◆ TASK GOAL
In the listing below, locate the line that contains "f 138 137 165" and the line that contains "f 158 209 157". Restate word for word those two lines and every line between them, and nothing else.

- Opening Delimiter -

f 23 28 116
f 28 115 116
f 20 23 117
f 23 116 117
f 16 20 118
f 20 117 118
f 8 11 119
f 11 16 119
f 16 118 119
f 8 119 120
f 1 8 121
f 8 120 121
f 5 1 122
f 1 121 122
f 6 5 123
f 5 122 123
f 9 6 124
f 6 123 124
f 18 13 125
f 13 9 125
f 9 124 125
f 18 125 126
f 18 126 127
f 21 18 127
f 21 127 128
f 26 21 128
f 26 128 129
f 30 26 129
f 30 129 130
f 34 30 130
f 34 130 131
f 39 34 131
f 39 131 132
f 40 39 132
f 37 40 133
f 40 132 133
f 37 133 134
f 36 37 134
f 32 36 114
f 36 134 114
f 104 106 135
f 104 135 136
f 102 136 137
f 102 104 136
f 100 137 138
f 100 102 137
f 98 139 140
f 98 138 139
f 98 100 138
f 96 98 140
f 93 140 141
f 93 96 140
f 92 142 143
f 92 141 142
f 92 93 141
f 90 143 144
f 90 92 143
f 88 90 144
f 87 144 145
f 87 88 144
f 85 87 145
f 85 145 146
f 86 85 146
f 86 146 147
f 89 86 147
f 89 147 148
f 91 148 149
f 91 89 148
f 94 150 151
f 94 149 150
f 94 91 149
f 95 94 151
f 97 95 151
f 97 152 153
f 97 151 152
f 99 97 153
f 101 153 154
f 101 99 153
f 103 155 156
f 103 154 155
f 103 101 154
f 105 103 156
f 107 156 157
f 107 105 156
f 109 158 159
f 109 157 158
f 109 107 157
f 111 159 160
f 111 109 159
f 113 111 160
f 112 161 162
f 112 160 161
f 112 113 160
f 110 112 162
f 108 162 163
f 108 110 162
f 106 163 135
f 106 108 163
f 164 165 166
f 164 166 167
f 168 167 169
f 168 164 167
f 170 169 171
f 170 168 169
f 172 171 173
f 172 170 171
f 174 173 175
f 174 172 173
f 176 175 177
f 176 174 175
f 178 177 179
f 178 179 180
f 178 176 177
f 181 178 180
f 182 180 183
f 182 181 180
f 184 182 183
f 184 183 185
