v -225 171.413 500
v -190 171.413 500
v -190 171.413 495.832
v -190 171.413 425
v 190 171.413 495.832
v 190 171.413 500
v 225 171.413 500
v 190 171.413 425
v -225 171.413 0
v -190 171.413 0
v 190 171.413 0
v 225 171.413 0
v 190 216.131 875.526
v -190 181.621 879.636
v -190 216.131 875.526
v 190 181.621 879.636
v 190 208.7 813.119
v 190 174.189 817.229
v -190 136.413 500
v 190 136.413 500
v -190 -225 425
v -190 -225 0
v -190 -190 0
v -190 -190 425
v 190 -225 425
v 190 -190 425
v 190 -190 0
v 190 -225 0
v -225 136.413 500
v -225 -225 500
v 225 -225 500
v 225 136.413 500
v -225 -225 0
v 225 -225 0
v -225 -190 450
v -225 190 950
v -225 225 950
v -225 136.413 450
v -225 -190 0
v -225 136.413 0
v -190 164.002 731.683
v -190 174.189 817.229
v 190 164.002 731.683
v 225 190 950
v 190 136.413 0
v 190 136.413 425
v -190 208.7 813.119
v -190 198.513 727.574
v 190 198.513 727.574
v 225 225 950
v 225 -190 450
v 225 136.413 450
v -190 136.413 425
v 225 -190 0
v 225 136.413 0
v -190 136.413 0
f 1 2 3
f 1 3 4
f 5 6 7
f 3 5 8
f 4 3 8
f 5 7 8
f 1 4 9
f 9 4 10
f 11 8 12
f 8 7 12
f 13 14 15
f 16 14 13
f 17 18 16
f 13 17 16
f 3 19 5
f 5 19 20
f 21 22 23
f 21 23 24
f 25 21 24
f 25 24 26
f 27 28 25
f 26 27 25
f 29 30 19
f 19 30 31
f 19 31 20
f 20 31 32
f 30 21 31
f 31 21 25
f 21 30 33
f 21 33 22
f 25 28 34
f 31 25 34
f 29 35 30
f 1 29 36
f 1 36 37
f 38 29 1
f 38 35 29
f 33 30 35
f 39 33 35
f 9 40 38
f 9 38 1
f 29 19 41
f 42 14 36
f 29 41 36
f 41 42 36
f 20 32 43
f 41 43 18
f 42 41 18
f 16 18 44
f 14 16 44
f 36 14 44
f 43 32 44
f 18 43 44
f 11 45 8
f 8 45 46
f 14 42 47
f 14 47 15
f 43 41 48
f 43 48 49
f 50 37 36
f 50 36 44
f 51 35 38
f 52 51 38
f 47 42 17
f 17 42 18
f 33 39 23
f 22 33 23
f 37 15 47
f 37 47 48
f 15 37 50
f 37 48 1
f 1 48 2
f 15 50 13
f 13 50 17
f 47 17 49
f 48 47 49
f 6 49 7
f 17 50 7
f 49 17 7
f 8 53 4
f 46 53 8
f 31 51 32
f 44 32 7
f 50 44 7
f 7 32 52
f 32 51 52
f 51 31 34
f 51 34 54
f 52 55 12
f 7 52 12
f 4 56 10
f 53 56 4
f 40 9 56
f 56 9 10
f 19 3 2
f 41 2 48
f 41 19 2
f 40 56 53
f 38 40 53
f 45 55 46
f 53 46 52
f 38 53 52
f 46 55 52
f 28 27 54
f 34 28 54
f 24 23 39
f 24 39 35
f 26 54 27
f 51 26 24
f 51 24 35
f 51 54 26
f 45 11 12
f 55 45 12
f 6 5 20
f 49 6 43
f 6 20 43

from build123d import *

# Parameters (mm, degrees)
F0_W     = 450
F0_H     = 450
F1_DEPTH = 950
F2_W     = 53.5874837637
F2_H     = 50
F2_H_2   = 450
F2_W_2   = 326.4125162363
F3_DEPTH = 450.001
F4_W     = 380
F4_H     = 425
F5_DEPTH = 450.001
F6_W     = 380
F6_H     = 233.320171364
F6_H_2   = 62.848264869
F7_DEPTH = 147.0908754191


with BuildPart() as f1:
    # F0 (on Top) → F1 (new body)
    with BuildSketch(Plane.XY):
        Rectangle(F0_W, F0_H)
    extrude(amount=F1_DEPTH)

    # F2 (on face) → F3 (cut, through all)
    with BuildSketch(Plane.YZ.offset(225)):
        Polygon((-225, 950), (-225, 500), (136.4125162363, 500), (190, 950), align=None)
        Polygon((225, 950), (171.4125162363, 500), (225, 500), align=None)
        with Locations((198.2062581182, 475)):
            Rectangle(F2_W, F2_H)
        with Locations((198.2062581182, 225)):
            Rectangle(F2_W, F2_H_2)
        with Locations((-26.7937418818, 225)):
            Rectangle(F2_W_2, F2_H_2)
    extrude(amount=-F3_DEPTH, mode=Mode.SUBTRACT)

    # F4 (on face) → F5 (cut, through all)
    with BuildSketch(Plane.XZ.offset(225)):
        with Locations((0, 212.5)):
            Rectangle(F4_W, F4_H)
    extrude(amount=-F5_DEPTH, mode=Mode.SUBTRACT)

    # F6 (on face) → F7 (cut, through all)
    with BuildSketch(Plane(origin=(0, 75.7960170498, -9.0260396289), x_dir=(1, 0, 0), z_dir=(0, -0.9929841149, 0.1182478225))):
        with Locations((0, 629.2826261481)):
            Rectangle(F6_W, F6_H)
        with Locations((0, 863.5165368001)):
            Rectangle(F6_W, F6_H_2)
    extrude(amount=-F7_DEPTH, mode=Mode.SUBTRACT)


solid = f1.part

- Closing Delimiter -
- Opening Delimiter -

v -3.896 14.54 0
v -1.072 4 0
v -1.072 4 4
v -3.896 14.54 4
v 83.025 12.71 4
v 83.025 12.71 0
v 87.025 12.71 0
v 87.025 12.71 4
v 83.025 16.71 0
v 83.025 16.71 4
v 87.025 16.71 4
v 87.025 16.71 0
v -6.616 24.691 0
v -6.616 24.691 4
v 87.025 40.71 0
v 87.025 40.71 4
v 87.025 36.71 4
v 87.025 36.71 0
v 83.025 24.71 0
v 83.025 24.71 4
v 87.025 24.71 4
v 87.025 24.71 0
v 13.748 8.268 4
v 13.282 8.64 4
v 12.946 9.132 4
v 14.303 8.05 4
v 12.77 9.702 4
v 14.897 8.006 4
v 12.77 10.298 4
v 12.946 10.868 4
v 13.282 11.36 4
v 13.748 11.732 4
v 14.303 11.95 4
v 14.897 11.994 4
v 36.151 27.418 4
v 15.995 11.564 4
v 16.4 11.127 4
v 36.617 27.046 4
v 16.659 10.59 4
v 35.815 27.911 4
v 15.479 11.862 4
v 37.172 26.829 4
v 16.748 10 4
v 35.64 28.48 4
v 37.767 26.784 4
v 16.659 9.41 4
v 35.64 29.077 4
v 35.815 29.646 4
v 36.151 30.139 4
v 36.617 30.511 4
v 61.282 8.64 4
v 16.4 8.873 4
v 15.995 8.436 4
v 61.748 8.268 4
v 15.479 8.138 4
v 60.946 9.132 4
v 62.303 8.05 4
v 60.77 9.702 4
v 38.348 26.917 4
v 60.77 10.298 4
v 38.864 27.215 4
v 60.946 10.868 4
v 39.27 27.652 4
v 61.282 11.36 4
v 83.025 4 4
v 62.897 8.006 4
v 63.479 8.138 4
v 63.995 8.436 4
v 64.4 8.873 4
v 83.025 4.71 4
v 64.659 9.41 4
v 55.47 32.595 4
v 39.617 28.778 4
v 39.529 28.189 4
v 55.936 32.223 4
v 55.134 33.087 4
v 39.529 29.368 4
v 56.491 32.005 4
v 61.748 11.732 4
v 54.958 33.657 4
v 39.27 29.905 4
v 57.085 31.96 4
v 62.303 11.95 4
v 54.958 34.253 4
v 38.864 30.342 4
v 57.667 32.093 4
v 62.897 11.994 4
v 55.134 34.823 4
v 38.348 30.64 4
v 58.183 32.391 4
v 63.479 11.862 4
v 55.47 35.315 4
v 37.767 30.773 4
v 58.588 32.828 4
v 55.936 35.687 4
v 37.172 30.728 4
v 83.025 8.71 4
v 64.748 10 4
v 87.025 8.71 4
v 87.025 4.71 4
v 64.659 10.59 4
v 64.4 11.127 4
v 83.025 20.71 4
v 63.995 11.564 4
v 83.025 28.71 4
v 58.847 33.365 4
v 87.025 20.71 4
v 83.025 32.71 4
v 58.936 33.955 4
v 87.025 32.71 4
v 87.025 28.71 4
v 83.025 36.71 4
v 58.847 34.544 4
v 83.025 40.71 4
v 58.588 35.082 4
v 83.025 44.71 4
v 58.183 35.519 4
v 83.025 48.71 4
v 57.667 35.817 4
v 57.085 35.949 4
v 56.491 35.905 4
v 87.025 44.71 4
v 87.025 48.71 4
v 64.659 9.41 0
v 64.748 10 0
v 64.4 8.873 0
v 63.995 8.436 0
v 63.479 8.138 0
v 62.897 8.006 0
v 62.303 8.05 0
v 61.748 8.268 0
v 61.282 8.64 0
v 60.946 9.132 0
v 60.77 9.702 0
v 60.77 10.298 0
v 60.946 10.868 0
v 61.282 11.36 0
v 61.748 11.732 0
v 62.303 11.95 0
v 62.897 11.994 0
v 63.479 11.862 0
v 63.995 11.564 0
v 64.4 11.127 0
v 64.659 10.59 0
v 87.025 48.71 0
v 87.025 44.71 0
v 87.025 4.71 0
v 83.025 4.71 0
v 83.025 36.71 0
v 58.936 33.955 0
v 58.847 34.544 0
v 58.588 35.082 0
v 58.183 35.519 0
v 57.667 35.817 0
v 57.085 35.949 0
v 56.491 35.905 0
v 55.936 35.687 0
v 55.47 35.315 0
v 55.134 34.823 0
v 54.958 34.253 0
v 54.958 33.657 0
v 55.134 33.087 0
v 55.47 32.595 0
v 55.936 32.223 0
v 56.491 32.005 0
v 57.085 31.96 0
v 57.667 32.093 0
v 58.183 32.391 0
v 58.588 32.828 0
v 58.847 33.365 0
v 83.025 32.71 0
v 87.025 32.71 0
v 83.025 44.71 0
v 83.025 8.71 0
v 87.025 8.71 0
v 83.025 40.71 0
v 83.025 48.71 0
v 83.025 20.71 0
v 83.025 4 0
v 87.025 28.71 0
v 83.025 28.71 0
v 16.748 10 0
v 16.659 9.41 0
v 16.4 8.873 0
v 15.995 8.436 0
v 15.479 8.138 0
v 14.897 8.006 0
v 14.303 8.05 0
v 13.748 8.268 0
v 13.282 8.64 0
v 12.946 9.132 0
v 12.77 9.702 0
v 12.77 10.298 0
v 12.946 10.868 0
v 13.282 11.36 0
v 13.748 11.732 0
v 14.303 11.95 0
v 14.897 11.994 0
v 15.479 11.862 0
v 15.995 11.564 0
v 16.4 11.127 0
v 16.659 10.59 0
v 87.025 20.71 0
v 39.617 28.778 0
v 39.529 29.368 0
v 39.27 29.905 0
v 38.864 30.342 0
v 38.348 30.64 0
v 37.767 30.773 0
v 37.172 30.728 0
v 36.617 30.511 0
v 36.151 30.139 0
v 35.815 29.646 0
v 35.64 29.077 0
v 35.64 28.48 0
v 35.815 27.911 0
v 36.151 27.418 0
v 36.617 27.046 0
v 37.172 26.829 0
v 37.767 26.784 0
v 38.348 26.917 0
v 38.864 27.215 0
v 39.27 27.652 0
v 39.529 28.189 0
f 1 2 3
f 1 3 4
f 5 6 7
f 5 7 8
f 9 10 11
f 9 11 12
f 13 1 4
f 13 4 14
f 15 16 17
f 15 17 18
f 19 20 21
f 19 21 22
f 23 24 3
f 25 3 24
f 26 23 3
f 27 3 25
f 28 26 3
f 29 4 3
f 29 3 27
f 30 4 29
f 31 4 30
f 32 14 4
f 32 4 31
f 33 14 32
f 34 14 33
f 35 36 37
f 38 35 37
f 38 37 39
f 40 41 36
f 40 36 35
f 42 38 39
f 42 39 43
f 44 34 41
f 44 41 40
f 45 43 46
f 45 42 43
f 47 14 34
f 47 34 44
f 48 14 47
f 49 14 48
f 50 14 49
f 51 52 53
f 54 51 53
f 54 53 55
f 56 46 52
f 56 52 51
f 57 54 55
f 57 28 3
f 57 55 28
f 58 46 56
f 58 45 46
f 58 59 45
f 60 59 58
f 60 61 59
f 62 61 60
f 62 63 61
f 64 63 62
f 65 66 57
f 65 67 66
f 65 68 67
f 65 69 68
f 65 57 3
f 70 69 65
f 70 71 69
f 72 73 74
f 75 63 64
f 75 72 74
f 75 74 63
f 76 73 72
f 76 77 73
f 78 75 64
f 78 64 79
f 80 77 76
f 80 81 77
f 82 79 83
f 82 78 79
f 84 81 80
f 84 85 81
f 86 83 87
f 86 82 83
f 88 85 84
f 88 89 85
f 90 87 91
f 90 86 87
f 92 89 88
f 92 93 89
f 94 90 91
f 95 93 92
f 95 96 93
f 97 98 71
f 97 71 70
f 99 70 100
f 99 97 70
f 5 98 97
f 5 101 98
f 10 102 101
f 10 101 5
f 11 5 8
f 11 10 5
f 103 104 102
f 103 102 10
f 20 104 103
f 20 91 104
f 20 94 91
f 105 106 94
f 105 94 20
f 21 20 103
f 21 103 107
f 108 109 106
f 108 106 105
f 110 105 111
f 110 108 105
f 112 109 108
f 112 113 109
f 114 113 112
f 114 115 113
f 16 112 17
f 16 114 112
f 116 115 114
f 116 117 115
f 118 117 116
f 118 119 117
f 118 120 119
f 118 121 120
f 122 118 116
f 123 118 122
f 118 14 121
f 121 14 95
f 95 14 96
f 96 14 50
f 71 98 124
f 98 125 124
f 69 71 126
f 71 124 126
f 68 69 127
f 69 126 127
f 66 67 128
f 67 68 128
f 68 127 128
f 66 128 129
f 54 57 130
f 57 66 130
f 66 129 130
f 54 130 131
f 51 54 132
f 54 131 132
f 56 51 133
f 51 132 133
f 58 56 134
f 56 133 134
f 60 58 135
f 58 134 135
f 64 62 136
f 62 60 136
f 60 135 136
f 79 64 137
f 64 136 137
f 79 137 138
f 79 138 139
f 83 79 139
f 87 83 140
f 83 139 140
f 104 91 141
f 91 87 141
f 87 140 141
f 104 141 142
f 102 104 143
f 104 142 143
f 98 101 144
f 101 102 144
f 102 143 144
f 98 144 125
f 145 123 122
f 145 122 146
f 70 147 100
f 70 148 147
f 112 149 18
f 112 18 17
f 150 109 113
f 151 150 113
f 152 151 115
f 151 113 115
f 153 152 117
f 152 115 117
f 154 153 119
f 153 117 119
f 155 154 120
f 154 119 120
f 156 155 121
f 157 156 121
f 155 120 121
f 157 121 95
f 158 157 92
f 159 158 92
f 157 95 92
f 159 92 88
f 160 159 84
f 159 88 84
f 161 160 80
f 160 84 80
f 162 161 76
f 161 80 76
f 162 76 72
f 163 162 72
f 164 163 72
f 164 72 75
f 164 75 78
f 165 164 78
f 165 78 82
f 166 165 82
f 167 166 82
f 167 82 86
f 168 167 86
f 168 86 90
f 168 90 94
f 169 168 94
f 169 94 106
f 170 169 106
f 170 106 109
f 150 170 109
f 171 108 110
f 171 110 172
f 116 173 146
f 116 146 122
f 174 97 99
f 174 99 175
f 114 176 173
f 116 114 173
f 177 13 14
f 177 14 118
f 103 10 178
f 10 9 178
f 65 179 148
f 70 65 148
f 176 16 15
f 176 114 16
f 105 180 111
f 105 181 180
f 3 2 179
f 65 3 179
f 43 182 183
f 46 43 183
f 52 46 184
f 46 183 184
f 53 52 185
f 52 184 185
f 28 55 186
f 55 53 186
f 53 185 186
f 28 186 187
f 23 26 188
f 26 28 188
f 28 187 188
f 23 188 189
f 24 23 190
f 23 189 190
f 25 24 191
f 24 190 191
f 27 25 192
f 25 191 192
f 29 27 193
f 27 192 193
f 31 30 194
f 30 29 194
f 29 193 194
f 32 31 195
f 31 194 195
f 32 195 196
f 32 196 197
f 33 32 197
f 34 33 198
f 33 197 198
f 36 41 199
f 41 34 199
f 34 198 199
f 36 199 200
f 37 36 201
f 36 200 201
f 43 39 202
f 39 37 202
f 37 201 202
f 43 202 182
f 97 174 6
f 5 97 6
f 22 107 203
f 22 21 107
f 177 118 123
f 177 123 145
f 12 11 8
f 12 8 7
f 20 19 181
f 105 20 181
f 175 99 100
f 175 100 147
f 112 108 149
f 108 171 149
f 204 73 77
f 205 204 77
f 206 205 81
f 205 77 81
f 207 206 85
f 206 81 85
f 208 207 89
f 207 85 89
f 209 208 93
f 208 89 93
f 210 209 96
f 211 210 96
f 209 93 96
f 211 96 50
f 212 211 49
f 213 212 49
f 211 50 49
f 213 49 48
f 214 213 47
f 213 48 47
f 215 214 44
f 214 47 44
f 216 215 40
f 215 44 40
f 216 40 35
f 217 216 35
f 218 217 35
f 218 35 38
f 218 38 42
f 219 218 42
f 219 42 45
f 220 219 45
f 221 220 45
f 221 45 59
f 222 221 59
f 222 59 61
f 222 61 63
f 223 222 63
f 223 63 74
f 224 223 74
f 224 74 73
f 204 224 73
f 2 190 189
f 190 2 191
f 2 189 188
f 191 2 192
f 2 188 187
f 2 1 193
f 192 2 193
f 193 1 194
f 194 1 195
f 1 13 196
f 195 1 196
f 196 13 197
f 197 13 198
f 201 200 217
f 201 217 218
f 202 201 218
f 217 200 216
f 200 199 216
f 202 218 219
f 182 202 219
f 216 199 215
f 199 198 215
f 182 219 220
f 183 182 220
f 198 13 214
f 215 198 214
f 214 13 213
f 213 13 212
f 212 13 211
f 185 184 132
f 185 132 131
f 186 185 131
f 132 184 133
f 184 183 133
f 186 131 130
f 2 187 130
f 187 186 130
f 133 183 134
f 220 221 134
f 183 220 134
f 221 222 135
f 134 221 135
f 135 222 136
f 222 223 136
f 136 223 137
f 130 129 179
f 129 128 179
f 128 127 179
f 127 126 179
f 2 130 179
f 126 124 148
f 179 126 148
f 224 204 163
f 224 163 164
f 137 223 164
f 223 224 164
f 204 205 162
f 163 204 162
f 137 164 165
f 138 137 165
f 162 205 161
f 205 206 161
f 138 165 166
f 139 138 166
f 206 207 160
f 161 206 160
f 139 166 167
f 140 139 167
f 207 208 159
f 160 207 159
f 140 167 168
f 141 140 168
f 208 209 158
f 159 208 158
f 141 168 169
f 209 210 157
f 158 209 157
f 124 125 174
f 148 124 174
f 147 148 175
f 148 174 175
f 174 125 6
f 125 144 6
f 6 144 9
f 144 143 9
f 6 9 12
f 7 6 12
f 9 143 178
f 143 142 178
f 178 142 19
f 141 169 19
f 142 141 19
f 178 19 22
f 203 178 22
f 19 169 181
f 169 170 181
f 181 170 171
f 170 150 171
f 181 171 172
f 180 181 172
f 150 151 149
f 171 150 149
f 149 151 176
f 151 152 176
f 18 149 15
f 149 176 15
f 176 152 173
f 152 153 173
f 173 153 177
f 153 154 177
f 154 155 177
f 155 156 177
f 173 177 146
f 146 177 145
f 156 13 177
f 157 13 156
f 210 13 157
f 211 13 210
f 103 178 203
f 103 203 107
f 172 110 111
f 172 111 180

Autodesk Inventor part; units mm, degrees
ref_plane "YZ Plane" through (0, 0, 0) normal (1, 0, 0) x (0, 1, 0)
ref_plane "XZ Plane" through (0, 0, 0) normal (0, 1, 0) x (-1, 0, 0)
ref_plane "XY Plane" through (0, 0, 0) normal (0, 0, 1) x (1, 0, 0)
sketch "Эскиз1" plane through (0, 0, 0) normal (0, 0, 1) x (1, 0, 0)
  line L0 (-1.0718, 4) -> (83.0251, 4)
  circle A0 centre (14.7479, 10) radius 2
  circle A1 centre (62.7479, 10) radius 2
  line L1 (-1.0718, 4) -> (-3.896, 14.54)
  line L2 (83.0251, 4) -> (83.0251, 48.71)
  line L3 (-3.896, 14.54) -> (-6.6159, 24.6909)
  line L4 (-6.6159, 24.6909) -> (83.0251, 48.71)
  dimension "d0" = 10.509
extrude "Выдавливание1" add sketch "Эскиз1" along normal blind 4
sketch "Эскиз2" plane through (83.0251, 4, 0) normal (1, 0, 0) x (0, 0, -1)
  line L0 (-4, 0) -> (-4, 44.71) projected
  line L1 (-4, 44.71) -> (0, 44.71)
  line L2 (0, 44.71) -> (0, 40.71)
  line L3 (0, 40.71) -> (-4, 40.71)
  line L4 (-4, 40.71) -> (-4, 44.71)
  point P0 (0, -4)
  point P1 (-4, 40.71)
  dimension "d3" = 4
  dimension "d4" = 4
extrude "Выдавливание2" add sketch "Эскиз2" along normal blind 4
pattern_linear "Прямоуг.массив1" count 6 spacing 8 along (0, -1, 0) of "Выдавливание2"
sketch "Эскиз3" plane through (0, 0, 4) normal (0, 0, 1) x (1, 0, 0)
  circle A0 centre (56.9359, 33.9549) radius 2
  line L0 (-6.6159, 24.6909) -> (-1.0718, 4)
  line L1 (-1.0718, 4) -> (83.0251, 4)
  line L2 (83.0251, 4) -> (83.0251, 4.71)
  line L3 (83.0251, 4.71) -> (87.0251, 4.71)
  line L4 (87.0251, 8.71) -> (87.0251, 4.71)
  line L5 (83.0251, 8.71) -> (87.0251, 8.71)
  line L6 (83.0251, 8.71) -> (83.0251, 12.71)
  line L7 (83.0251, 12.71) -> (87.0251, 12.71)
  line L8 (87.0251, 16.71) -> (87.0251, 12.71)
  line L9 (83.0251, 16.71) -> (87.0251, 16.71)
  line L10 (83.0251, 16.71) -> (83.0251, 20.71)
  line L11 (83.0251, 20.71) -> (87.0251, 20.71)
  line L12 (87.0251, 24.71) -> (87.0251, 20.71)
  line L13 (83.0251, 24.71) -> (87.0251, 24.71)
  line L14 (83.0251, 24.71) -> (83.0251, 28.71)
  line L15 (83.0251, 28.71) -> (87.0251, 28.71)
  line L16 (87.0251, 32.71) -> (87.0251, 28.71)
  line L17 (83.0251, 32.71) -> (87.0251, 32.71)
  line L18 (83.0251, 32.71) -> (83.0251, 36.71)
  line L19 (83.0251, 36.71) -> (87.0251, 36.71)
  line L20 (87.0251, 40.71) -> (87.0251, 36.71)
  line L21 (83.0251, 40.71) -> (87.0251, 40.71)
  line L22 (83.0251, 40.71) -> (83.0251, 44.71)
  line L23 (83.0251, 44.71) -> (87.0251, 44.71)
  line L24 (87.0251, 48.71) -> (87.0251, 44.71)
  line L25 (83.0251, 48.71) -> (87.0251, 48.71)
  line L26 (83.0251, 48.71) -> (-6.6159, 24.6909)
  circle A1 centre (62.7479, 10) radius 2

- Closing Delimiter -

◆ RESULT OF THIS TASK
f 138 137 165
f 162 205 161
f 205 206 161
f 138 165 166
f 139 138 166
f 206 207 160
f 161 206 160
f 139 166 167
f 140 139 167
f 207 208 159
f 160 207 159
f 140 167 168
f 141 140 168
f 208 209 158
f 159 208 158
f 141 168 169
f 209 210 157
f 158 209 157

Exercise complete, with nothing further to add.